La vita è come un viaggio per mare: ci sono giorni di calma piatta in cui non si scorgono nuvole sopra la nostra testa, altri in cui il vento tira forte e dobbiamo stare attenti a non perdere il controllo del timone, altri ancora in cui ci ritroviamo nel bel mezzo di un nubifragio e ci chiediamo quando raggiungemo un porto sicuro in cui poter tirare un sospiro di sollievo.
Come clowndottori, in ospedale incontriamo bambini e famiglie che stanno vivendo ognuno di questi pezzi di viaggio e, empaticamente, anche noi ci sentiamo parte della loro crociera.
Si sa, è nei momenti più complicati che si creano i rapporti più solidi e duraturi, e nella degenza spesso noi rappresentiamo uno spicchio di vitalità. E così, passata la tempesta, le relazioni ne escono indissolubili e, anche a distanza di anni, i bambini e le loro famiglie non ci associano alla malattia ma ai momenti di bellezza creati insieme.

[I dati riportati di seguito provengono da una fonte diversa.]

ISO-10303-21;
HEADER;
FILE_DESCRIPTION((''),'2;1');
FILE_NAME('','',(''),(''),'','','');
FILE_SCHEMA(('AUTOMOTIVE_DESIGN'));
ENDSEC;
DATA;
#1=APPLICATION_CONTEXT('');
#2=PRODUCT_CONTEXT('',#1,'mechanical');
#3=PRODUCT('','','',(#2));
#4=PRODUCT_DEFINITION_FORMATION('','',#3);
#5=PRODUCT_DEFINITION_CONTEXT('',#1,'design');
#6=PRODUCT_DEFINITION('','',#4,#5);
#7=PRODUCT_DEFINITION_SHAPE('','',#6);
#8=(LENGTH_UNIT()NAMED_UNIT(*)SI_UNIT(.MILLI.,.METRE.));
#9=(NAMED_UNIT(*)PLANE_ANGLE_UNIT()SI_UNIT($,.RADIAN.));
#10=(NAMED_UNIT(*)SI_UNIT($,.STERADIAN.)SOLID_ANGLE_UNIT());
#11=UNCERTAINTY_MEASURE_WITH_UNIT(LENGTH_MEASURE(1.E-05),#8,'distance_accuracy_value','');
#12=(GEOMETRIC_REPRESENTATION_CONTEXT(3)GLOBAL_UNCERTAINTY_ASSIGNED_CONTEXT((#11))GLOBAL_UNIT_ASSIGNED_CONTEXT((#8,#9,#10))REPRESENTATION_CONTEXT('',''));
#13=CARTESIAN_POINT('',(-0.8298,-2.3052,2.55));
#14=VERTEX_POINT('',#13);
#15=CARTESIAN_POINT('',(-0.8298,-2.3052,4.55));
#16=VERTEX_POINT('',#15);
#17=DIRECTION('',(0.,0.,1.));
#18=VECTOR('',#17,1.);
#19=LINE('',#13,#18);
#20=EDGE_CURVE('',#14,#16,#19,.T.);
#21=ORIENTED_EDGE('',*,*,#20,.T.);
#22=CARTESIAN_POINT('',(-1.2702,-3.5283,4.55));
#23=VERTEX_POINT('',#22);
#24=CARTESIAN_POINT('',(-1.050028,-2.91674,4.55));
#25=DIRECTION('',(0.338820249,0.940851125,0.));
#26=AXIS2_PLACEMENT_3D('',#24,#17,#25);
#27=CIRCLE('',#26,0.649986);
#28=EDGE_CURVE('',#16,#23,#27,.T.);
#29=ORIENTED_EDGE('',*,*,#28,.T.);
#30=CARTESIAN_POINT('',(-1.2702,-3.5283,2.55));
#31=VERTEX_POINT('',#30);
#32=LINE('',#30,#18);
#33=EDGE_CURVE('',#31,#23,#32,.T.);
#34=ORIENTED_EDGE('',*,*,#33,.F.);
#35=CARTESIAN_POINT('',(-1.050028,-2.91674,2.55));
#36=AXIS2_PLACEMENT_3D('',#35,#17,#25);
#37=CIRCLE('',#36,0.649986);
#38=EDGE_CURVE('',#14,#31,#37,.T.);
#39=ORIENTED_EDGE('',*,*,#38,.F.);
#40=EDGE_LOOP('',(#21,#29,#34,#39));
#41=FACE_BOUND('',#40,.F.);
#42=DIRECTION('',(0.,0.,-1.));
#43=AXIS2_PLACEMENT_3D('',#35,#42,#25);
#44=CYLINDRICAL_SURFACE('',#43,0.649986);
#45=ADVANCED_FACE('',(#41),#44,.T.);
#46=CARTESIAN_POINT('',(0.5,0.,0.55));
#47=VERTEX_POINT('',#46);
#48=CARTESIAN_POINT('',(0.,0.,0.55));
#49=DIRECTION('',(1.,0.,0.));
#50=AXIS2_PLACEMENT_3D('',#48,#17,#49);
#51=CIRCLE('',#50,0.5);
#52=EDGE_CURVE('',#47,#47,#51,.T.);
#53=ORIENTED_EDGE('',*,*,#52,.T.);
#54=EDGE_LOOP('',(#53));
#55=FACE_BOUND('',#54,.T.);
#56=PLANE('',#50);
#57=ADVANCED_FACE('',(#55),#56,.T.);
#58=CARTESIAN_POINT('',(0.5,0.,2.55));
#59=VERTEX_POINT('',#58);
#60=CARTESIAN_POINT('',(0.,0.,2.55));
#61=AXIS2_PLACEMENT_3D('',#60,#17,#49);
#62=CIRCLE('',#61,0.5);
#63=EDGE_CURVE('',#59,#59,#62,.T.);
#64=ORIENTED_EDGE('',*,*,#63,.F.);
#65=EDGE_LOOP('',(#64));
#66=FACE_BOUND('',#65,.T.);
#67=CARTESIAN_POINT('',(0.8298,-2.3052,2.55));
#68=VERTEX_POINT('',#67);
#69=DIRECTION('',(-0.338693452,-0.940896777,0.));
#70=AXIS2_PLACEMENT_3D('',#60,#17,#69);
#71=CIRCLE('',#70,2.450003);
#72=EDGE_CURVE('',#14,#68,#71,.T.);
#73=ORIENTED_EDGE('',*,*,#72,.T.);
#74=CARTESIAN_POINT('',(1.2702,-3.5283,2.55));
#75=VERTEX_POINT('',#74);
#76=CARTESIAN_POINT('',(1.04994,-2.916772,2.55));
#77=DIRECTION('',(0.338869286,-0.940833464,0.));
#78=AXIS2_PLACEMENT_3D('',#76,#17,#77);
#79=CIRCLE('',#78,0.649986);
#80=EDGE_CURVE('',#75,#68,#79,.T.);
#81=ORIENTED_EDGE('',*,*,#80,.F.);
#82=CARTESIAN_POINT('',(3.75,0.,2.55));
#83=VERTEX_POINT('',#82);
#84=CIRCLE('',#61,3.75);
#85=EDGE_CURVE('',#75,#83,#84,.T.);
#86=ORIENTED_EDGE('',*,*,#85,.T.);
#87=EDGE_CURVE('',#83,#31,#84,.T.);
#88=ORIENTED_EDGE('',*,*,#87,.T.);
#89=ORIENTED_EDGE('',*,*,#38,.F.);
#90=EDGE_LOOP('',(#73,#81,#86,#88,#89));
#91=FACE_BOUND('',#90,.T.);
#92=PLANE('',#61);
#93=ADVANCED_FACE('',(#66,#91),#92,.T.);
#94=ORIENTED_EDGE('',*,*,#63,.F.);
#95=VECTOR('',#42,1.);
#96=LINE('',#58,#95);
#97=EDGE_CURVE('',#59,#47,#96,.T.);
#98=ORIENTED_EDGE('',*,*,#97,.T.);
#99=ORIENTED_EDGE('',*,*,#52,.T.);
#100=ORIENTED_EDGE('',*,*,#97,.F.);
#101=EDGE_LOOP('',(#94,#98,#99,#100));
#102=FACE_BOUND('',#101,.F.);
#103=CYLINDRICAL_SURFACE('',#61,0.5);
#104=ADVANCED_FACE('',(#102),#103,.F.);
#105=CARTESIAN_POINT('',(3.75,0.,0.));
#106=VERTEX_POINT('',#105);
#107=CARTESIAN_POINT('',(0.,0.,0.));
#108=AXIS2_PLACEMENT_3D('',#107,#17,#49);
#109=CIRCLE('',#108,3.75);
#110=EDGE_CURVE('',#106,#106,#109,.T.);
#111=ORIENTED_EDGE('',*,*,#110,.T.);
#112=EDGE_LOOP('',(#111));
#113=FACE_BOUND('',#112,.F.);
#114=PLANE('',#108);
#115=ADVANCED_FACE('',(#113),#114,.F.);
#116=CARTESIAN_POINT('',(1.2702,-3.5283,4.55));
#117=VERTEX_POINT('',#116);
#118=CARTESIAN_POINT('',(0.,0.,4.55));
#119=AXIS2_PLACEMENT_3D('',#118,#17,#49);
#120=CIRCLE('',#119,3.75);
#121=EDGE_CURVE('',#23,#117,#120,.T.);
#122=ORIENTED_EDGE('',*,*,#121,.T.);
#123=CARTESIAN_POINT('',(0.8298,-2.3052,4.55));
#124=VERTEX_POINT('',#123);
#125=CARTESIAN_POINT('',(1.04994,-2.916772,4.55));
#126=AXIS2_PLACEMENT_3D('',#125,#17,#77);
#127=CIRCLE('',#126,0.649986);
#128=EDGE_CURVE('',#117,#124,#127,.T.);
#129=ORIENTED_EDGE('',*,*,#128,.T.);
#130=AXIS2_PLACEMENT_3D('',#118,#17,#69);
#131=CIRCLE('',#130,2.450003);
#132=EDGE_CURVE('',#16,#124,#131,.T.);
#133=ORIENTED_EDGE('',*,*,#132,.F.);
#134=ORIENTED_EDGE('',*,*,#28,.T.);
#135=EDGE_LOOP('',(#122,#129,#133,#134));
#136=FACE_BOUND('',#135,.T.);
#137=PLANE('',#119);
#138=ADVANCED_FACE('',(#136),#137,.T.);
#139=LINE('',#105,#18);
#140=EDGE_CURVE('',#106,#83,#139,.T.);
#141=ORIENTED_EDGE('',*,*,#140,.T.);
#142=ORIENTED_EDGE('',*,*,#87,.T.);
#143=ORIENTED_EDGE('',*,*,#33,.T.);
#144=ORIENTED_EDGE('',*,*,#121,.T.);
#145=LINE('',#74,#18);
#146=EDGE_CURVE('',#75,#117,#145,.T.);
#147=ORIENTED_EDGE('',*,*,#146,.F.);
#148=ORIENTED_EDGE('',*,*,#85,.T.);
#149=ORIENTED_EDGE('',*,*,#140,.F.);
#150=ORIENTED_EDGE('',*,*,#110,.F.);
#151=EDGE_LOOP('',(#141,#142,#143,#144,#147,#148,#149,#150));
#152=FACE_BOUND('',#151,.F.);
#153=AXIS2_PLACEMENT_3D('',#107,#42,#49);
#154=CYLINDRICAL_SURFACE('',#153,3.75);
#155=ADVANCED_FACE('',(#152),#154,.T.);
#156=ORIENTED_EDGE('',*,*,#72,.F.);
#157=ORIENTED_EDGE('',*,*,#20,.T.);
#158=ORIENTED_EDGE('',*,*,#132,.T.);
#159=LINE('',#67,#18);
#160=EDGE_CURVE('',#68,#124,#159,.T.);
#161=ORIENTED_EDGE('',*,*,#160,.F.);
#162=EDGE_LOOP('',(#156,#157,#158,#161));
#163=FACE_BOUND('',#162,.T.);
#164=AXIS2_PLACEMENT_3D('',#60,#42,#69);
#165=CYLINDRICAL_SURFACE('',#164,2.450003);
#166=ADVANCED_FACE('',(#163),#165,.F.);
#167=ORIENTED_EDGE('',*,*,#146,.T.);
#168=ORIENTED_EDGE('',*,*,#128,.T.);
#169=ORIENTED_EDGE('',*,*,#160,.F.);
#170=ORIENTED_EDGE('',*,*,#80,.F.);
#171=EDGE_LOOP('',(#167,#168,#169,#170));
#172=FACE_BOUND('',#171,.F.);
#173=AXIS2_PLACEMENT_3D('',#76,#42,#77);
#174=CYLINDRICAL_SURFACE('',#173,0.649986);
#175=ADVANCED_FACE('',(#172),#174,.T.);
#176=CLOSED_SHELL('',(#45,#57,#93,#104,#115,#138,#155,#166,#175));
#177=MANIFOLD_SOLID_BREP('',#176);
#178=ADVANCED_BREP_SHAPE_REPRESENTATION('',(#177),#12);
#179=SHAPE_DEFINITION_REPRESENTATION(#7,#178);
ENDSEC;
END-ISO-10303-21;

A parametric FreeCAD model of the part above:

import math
import FreeCAD as App
import Part
import Sketcher
from FreeCAD import Vector

doc = App.newDocument("Part")
params = doc.addObject("Spreadsheet::Sheet", "Params")
for row, (alias, value) in enumerate([
    ("sketch1_diameter", "7.5 mm"),
    ("pad1_length", "2.55 mm"),
    ("sketch2_radius", "0.65 mm"),
    ("sketch2_radius2", "2.45 mm"),
    ("pad2_length", "2 mm"),
    ("sketch3_diameter", "1 mm"),
    ("pocket1_length", "2 mm"),
], start=1):
    params.set(f"A{row}", alias)
    params.set(f"B{row}", "=" + value)
    params.setAlias(f"B{row}", alias)

body = doc.addObject("PartDesign::Body", "Body")

# Sketch on XY plane
sketch1 = body.newObject("Sketcher::SketchObject", "Sketch")
sketch1.AttachmentSupport = (doc.getObject("XY_Plane"), [""])
sketch1.MapMode = "FlatFace"
sketch1.addGeometry(Part.Circle(Vector(0, 0, 0), Vector(0, 0, 1), 3.75), False)
sketch1.addConstraint([
    Sketcher.Constraint("Coincident", 0, 3, -1, 1),
    Sketcher.Constraint("Diameter", 0, 7.5),
])
sketch1.setExpression("Constraints[1]", "Params.sketch1_diameter")
pad1 = body.newObject("PartDesign::Pad", "Pad")
pad1.Profile = sketch1
pad1.setExpression("Length", "Params.pad1_length")

# Sketch on XY plane
sketch2 = body.newObject("Sketcher::SketchObject", "Sketch001")
sketch2.AttachmentSupport = (doc.getObject("XY_Plane"), [""])
sketch2.MapMode = "FlatFace"
sketch2.AttachmentOffset = App.Placement(Vector(0, 0, 2.55), App.Rotation())
sketch2.addGeometry([
    Part.ArcOfCircle(Part.Circle(Vector(0, 0, 0), Vector(0, 0, 1), 2.450003), math.radians(-109.797292), math.radians(-70.202708)),
    Part.ArcOfCircle(Part.Circle(Vector(-1.05, -2.9168, 0), Vector(0, 0, 1), 0.650033), math.radians(70.199133), math.radians(250.196147)),
    Part.ArcOfCircle(Part.Circle(Vector(0, 0, 0), Vector(0, 0, 1), 3.75), math.radians(-109.799049), math.radians(-70.200951)),
    Part.ArcOfCircle(Part.Circle(Vector(1.05, -2.9168, 0), Vector(0, 0, 1), 0.649939), math.radians(-70.196147), math.radians(109.800867)),
], False)
sketch2.addConstraint([
    Sketcher.Constraint("Tangent", 0, 1, 1, 1),
    Sketcher.Constraint("Tangent", 1, 2, 2, 1),
    Sketcher.Constraint("Tangent", 2, 2, 3, 1),
    Sketcher.Constraint("Tangent", 3, 2, 0, 2),
    Sketcher.Constraint("Coincident", 0, 3, -1, 1),
    Sketcher.Constraint("Coincident", 2, 3, -1, 1),
    Sketcher.Constraint("Horizontal", 1, 3, 3, 3),
    Sketcher.Constraint("Radius", 1, 0.65),
    Sketcher.Constraint("Radius", 0, 2.45),
    Sketcher.Constraint("DistanceX", 1, 3, 3, 3, 2.1),
])
sketch2.setExpression("Constraints[7]", "Params.sketch2_radius")
sketch2.setExpression("Constraints[8]", "Params.sketch2_radius2")
pad2 = body.newObject("PartDesign::Pad", "Pad001")
pad2.Profile = sketch2
pad2.setExpression("Length", "Params.pad2_length")

# Sketch on XY plane
sketch3 = body.newObject("Sketcher::SketchObject", "Sketch002")
sketch3.AttachmentSupport = (doc.getObject("XY_Plane"), [""])
sketch3.MapMode = "FlatFace"
sketch3.AttachmentOffset = App.Placement(Vector(0, 0, 2.55), App.Rotation())
sketch3.addGeometry(Part.Circle(Vector(0, 0, 0), Vector(0, 0, 1), 0.5), False)
sketch3.addConstraint([
    Sketcher.Constraint("Coincident", 0, 3, -1, 1),
    Sketcher.Constraint("Diameter", 0, 1.0),
])
sketch3.setExpression("Constraints[1]", "Params.sketch3_diameter")
pocket1 = body.newObject("PartDesign::Pocket", "Pocket")
pocket1.Profile = sketch3
pocket1.setExpression("Length", "Params.pocket1_length")

doc.recompute()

Proprio da qui è nata l’idea del 18 giugno
Organizzare una giornata in barca a vela con bambini incontrati nel loro percorso di cura in ospedale. Per scrivere un capitolo al di fuori dell’ospedale di questo viaggio insieme iniziato in corsia. Il tutto è stato possibile grazie all’aiuto nell’organizzazione da parte dell'”Associazione Davide Ciavattini” e alla generosità di Ermanno, Presidente di www.educationsport.it , amico di una vita della dottoressa Dindoló e appassionato proprietario di una barca a vela di cui siamo stati ospiti.
Il viaggio in mare
Per i giovani marinai era la prima volta che mettevano piede su una barca: l’emozione e l’adrenalina erano tante! Appena salpati, il piú piccolo della ciurma è stato messo al timone per primo e a turno tutti hanno provato l’emozione di sentirsi padroni del mare. La giornata è volata tra virate, bagno nell’acqua turchese, pranzo al sacco e piccola siesta cullati dalle onde.
Rientrati in porto c’è chi ha domandato: “Solo una giornata? Non potevamo stare in barca una settimana?”. Questa è la grande capacità della clownterapia: permettere che si creino rapporti che non mettono etichette (sulla barca noi clowndottori non avevamo naso rosso o camice, ma i bambini ci chiamavano in maniera naturale col nome clown con cui ci hanno conosciuti in ospedale) e che si fondano sulla consapevolezza di aver vissuto insieme un pezzetto intenso di viaggio.
È stata un’emozione aggiungerne un altro pezzo costellato di svago e allegria.